> THE TASK
From the records below, copy out exactly the lines from the one containing "# Sketch3 → Boss-Extrude1 (new body)" to the one containing "Line((-11.1125, 14.7955), (-11.1125, 22.225))", both included. Add nothing else.
BEGIN
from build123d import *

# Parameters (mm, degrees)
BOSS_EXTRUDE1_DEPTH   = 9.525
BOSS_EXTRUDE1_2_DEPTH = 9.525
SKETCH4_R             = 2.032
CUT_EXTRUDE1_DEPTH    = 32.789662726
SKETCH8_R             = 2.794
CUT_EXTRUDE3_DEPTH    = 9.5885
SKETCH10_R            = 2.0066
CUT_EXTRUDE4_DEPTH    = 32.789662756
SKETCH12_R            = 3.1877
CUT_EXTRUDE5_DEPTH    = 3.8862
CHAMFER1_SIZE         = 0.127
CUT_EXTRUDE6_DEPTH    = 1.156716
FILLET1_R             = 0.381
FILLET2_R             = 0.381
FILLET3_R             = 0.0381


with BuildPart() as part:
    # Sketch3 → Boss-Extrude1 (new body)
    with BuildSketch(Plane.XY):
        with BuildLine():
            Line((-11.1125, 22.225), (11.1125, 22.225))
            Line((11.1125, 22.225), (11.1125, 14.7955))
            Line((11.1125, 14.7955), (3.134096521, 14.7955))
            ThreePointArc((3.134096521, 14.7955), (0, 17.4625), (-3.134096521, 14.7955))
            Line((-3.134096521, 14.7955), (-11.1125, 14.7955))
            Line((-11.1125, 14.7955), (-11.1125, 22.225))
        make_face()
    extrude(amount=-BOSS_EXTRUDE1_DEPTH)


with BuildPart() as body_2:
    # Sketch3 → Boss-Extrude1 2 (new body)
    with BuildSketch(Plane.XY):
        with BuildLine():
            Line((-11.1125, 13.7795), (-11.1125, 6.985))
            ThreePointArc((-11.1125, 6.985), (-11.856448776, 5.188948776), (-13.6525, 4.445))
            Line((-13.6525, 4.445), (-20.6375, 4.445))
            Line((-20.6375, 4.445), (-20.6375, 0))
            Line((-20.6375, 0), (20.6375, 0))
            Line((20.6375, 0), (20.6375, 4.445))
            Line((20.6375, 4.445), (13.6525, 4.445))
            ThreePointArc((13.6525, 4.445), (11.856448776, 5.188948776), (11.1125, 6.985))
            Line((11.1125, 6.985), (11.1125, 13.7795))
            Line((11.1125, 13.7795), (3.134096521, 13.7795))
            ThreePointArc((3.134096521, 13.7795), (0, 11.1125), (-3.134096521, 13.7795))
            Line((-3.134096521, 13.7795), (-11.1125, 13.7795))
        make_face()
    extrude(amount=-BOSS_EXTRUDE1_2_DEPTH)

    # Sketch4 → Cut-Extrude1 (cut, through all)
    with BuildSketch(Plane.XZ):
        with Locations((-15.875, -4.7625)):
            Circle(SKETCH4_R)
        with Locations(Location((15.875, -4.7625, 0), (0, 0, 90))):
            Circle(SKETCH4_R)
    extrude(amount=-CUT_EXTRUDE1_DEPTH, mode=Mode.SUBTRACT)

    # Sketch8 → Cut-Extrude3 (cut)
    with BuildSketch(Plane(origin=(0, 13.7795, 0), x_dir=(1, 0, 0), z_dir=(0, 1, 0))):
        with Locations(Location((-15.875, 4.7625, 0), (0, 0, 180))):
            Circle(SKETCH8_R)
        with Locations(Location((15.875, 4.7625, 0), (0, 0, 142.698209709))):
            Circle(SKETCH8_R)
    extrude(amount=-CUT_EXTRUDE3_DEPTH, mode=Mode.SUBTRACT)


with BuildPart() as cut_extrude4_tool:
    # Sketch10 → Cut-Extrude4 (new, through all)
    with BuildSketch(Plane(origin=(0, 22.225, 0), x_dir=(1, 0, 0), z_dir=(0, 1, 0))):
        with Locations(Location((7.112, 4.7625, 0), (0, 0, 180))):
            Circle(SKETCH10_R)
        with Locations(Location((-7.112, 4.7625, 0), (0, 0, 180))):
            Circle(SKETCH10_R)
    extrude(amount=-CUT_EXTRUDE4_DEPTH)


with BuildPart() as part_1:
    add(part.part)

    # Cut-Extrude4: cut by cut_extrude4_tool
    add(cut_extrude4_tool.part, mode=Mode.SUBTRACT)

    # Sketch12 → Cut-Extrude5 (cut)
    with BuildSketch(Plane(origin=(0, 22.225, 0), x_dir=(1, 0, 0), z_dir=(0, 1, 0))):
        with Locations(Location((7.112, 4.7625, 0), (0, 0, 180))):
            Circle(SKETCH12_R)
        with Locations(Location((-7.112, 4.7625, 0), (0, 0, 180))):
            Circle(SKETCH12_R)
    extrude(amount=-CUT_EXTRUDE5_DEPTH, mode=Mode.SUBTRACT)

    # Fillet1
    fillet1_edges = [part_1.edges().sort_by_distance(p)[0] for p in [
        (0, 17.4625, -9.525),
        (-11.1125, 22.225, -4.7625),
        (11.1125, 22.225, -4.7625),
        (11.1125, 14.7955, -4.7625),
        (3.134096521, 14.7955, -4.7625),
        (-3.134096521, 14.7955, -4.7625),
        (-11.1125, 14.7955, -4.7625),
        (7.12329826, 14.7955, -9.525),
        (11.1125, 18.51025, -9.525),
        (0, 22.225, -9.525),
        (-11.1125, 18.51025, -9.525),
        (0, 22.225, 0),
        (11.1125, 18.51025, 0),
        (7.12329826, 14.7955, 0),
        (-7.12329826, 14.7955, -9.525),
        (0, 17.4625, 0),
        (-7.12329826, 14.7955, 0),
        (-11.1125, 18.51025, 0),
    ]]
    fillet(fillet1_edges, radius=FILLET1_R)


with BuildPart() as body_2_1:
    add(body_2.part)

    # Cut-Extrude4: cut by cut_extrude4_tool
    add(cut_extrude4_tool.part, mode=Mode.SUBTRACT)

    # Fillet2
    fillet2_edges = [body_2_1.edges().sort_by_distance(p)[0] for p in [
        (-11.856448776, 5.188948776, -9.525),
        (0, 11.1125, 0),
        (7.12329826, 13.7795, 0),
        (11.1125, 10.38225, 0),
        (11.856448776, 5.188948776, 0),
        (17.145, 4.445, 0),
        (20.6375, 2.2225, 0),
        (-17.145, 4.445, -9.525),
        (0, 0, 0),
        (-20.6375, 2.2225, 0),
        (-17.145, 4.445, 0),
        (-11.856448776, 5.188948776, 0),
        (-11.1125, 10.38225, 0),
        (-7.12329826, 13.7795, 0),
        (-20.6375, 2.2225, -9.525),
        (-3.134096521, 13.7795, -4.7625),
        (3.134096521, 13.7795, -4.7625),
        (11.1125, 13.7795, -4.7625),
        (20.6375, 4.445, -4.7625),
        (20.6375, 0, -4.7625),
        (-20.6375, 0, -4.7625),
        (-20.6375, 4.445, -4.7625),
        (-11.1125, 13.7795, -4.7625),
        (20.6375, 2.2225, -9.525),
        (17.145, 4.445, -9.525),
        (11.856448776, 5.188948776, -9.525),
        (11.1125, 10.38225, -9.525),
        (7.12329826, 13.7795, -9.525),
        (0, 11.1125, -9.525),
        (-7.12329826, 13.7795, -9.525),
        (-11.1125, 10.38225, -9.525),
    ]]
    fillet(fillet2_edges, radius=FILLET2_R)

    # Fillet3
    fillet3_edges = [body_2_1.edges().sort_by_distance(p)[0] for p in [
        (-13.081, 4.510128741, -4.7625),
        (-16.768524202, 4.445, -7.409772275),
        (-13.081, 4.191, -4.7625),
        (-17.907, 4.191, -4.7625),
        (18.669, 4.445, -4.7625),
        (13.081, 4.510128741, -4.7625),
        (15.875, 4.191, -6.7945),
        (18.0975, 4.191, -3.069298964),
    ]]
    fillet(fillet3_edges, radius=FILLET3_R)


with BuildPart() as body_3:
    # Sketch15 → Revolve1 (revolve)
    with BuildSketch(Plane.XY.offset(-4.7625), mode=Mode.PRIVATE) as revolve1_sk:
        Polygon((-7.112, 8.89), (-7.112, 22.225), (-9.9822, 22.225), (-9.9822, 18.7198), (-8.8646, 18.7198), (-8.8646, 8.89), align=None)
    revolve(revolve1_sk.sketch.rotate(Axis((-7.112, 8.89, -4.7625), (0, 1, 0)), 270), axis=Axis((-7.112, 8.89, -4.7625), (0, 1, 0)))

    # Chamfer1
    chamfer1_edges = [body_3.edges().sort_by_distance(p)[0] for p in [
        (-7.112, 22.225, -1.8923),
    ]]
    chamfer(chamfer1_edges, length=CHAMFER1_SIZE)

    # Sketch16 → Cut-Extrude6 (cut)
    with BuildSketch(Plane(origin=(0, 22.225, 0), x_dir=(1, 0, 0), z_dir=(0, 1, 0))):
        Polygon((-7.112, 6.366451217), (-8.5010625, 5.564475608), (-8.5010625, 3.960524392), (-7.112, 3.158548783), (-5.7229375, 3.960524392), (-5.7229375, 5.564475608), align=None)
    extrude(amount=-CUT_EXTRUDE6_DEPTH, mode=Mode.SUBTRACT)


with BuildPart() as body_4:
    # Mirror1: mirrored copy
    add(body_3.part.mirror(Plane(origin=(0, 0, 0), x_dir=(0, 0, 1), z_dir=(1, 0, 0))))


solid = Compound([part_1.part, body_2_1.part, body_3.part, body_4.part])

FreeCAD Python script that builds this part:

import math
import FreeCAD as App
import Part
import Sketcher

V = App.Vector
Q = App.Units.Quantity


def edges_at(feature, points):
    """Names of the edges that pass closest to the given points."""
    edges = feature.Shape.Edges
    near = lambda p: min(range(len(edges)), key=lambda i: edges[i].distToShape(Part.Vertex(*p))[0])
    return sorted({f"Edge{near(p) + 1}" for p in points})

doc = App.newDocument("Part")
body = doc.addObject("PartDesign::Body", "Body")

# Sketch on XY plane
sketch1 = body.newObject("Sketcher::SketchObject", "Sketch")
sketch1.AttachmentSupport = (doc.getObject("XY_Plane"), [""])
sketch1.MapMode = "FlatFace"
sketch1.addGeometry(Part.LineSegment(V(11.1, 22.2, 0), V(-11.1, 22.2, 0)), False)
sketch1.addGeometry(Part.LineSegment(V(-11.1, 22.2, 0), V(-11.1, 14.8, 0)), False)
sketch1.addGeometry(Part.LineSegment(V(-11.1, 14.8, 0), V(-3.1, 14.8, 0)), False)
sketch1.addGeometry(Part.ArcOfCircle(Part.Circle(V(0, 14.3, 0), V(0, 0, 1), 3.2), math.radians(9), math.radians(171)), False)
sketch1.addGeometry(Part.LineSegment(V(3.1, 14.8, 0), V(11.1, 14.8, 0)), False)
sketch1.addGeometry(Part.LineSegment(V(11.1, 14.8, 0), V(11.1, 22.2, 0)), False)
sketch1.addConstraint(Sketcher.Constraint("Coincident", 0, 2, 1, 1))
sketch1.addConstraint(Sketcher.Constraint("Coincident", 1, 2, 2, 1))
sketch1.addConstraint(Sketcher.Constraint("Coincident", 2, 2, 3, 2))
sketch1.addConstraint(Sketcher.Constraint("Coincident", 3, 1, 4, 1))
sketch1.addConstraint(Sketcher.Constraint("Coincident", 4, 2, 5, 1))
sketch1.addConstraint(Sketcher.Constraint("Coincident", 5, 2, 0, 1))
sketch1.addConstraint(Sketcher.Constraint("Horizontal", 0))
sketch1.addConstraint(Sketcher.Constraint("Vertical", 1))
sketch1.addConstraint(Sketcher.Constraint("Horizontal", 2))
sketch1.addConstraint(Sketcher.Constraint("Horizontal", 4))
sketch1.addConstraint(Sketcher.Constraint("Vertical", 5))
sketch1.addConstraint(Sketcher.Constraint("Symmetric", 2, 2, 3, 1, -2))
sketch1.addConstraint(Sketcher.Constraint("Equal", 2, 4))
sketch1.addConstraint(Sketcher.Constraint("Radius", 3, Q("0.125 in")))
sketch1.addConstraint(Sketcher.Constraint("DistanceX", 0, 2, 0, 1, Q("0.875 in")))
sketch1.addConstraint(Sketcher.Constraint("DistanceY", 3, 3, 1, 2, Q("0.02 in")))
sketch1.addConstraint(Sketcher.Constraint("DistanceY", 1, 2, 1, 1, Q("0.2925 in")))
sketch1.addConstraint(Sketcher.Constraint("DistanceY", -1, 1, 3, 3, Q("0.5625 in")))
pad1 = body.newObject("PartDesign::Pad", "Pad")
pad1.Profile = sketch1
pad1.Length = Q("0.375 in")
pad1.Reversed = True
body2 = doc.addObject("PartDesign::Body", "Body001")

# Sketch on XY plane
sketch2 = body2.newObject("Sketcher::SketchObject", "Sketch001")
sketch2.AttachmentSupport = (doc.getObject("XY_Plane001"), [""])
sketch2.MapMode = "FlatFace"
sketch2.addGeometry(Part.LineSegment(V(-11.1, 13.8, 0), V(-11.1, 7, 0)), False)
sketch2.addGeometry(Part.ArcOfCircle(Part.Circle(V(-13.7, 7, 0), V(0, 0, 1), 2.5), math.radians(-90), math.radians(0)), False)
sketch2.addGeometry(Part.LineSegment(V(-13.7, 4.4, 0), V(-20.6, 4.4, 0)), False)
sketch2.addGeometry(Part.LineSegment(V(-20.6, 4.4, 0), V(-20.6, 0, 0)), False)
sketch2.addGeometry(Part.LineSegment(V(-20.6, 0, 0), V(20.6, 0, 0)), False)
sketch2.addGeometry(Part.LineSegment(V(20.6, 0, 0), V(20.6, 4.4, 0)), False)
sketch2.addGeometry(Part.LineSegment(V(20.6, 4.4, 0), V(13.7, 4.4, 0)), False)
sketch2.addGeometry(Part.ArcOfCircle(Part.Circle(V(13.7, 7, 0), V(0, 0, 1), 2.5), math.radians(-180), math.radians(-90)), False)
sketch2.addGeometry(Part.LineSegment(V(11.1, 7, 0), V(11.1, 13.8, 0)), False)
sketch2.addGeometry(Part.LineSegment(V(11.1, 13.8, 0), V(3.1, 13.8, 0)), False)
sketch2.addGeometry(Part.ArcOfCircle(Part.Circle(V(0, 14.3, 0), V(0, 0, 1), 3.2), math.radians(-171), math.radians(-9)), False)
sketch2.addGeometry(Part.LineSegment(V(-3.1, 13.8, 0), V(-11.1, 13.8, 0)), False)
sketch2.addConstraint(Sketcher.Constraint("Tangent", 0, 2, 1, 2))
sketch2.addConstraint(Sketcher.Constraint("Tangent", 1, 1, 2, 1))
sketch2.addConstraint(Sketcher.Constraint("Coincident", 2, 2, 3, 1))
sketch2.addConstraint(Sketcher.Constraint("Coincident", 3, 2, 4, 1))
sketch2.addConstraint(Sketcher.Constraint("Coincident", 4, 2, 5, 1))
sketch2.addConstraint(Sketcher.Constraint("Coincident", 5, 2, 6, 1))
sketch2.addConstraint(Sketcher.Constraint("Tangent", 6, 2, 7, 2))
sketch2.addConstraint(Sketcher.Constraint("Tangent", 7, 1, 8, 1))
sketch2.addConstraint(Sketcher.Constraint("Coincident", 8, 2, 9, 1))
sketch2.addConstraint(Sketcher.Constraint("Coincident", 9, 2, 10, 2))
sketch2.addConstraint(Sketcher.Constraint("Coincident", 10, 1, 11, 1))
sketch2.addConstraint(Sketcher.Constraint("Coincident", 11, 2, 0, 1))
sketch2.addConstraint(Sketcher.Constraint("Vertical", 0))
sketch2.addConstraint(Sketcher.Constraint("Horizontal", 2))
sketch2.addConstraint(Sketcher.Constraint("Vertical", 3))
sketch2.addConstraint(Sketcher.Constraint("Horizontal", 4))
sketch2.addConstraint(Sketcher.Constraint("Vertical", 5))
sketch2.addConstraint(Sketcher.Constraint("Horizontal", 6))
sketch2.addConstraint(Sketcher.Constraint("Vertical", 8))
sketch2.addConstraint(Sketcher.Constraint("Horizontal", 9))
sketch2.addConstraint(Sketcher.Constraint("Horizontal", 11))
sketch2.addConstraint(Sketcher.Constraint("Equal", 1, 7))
END
> EXERCISE RESULT
    # Sketch3 → Boss-Extrude1 (new body)
    with BuildSketch(Plane.XY):
        with BuildLine():
            Line((-11.1125, 22.225), (11.1125, 22.225))
            Line((11.1125, 22.225), (11.1125, 14.7955))
            Line((11.1125, 14.7955), (3.134096521, 14.7955))
            ThreePointArc((3.134096521, 14.7955), (0, 17.4625), (-3.134096521, 14.7955))
            Line((-3.134096521, 14.7955), (-11.1125, 14.7955))
            Line((-11.1125, 14.7955), (-11.1125, 22.225))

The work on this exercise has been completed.